I really don't understand how this is an issue. The raspbian distro is designed and fundamentally revolves around being a learning environment with as little friction/barrier to entry as possible. So having the repo available makes sense. If there is a need to be in complete control of every aspect of what is installed in the distro then there is always the option of creating your own distro that is completely controlled using something like the Yocto Project.


I use the software I do for many reasons. One of these reasons is that I dislike Microsoft and their business practices. I don't want to deal with them on any level, and for RPi to assume this low barrier to entry is welcome assumes many things they shouldn't assume. MS bought GitHub, which is bad enough. Their telemetry is reason enough to avoid them. America needs a version of the GDPR stat.


I fricken love Microsoft and their products that have pushed the whole business of computing to an unpresedented level. And with their recent (as in the last years) focus on contributing, valuing, and pushing open source they have my full respect for being able to see that this is the way of the future.

Perspectives, I guess.


They would also have pushed vendor lock-in to an unprecedented level, if they were allowed to.


The Rpi Foundation already worked together with Microsoft on Windows IoT Core, and Tte Raspbian distribution includes many different packages from many different authors, some commercial, even though some of them may not be used by everyone.

So I think it's fairly clear they do not share your extreme views on Microsoft, and on not installing any software that is not needed by every user. You picked the wrong distro.


You're mad because your Raspberry Pi offers you the possibility to install a piece of software you have no interest in? Microsoft can't track you if you just simply... don't install vscode. It's that simple.


> Microsoft can't track you if you just simply... don't install vscode.

Not really true. As the GP wrote:

> It pings MS every time an update occurs

is exactly true. You will ping Microsoft every single time you run 'apt update', even if you have nothing installed from this repo.

Ideally, the repo should be disabled by default.


The same goes for every repo by that definition. The only solution is to download tarballs and compile everything yourself.


The difference is that you usually add the specific repos only when you need them. This one is configured and enabled out of the box, by default, for everyone.
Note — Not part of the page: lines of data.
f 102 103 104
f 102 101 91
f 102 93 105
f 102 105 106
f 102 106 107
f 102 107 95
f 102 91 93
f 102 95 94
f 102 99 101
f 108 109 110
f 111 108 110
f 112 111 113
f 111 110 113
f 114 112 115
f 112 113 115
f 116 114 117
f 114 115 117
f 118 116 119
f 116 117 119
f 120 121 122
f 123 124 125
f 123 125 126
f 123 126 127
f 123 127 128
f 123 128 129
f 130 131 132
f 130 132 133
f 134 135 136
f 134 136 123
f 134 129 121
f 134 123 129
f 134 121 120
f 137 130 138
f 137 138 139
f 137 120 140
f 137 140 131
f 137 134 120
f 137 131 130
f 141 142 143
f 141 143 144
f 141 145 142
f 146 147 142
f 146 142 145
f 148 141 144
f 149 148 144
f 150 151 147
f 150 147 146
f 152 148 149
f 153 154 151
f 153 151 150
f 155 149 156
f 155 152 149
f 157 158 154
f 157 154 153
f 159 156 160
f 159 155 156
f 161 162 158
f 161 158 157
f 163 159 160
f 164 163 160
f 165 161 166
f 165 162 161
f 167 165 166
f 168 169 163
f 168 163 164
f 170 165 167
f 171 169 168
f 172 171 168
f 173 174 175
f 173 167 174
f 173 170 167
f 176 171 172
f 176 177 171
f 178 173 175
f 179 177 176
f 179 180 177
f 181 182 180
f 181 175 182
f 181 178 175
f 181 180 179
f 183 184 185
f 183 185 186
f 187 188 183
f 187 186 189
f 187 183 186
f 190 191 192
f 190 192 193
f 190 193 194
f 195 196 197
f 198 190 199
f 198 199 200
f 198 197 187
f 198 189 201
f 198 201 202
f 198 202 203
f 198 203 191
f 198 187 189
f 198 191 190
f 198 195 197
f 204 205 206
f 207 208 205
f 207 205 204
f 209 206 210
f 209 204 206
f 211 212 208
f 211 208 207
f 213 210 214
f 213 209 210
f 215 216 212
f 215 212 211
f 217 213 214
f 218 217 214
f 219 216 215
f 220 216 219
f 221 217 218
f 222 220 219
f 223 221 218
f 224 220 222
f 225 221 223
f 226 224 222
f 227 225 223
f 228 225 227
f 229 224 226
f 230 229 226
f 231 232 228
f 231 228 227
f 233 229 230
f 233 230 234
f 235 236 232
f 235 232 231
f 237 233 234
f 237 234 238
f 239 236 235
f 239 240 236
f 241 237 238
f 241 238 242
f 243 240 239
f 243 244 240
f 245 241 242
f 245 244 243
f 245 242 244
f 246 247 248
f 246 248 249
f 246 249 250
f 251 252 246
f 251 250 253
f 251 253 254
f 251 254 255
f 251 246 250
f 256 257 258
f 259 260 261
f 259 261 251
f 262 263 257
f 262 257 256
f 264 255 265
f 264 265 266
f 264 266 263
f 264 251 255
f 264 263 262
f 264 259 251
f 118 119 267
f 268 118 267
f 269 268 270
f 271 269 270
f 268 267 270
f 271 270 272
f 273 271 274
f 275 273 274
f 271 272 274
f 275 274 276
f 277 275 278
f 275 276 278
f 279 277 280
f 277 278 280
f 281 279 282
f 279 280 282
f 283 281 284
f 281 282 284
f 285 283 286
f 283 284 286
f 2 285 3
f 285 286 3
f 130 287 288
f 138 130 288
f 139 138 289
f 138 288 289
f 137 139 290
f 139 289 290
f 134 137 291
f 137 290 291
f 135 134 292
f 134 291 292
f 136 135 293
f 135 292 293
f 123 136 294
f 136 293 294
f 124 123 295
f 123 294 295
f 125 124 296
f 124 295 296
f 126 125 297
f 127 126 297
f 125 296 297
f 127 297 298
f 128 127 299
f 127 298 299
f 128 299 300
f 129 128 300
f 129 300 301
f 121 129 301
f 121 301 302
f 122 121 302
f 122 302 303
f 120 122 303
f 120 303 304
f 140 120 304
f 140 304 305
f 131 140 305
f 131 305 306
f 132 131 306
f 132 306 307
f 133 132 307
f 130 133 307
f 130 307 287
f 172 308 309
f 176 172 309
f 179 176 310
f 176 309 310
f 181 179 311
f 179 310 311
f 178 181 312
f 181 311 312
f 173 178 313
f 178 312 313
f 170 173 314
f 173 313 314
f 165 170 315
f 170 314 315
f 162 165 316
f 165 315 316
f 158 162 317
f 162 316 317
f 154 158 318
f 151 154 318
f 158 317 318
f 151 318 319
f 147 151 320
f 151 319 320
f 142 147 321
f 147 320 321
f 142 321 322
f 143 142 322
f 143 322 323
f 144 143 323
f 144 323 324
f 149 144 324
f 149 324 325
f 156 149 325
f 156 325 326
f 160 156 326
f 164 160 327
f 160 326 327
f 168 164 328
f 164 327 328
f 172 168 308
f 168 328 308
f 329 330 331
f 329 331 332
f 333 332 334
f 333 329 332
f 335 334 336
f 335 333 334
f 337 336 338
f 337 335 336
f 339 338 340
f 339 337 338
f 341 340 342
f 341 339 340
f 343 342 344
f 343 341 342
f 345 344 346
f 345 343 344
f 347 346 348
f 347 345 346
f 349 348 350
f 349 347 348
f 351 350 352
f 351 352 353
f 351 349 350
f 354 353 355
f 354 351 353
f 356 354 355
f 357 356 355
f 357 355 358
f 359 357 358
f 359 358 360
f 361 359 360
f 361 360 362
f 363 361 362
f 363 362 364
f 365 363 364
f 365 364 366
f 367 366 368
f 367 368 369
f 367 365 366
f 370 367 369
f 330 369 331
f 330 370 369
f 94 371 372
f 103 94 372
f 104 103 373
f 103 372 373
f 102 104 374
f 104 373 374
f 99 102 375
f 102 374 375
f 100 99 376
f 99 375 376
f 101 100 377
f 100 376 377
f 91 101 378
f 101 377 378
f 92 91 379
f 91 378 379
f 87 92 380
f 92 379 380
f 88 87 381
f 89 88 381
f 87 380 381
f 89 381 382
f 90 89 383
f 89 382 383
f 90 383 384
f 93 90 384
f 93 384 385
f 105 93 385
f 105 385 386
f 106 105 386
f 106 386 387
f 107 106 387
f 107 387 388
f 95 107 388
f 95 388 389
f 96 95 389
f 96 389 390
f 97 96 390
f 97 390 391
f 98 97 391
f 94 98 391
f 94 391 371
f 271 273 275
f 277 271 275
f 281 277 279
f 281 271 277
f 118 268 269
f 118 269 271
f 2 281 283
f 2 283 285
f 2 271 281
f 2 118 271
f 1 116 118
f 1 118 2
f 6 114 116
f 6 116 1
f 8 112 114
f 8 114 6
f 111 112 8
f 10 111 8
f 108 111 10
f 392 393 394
I wonder... why so many people on this topic miss the nuances and suggest going into extremes?


ah yes every repo is tracking you. -_-


well, because enabling a repo only when you need it is sooo difficult -_-


I have been using linux(slackware) since the late 90's. You are the first person I have ever seen even suggest that as an idea.


Really? Slackware came with proprietary repos enabled by default? (I don't remember; I had slackware on floppies).

Even Ubuntu didn't do that; their partners repo is off by default, if you want it, you can enable it. Fedora has similar mechanism, where it asks you when you first time run the Gnome Software.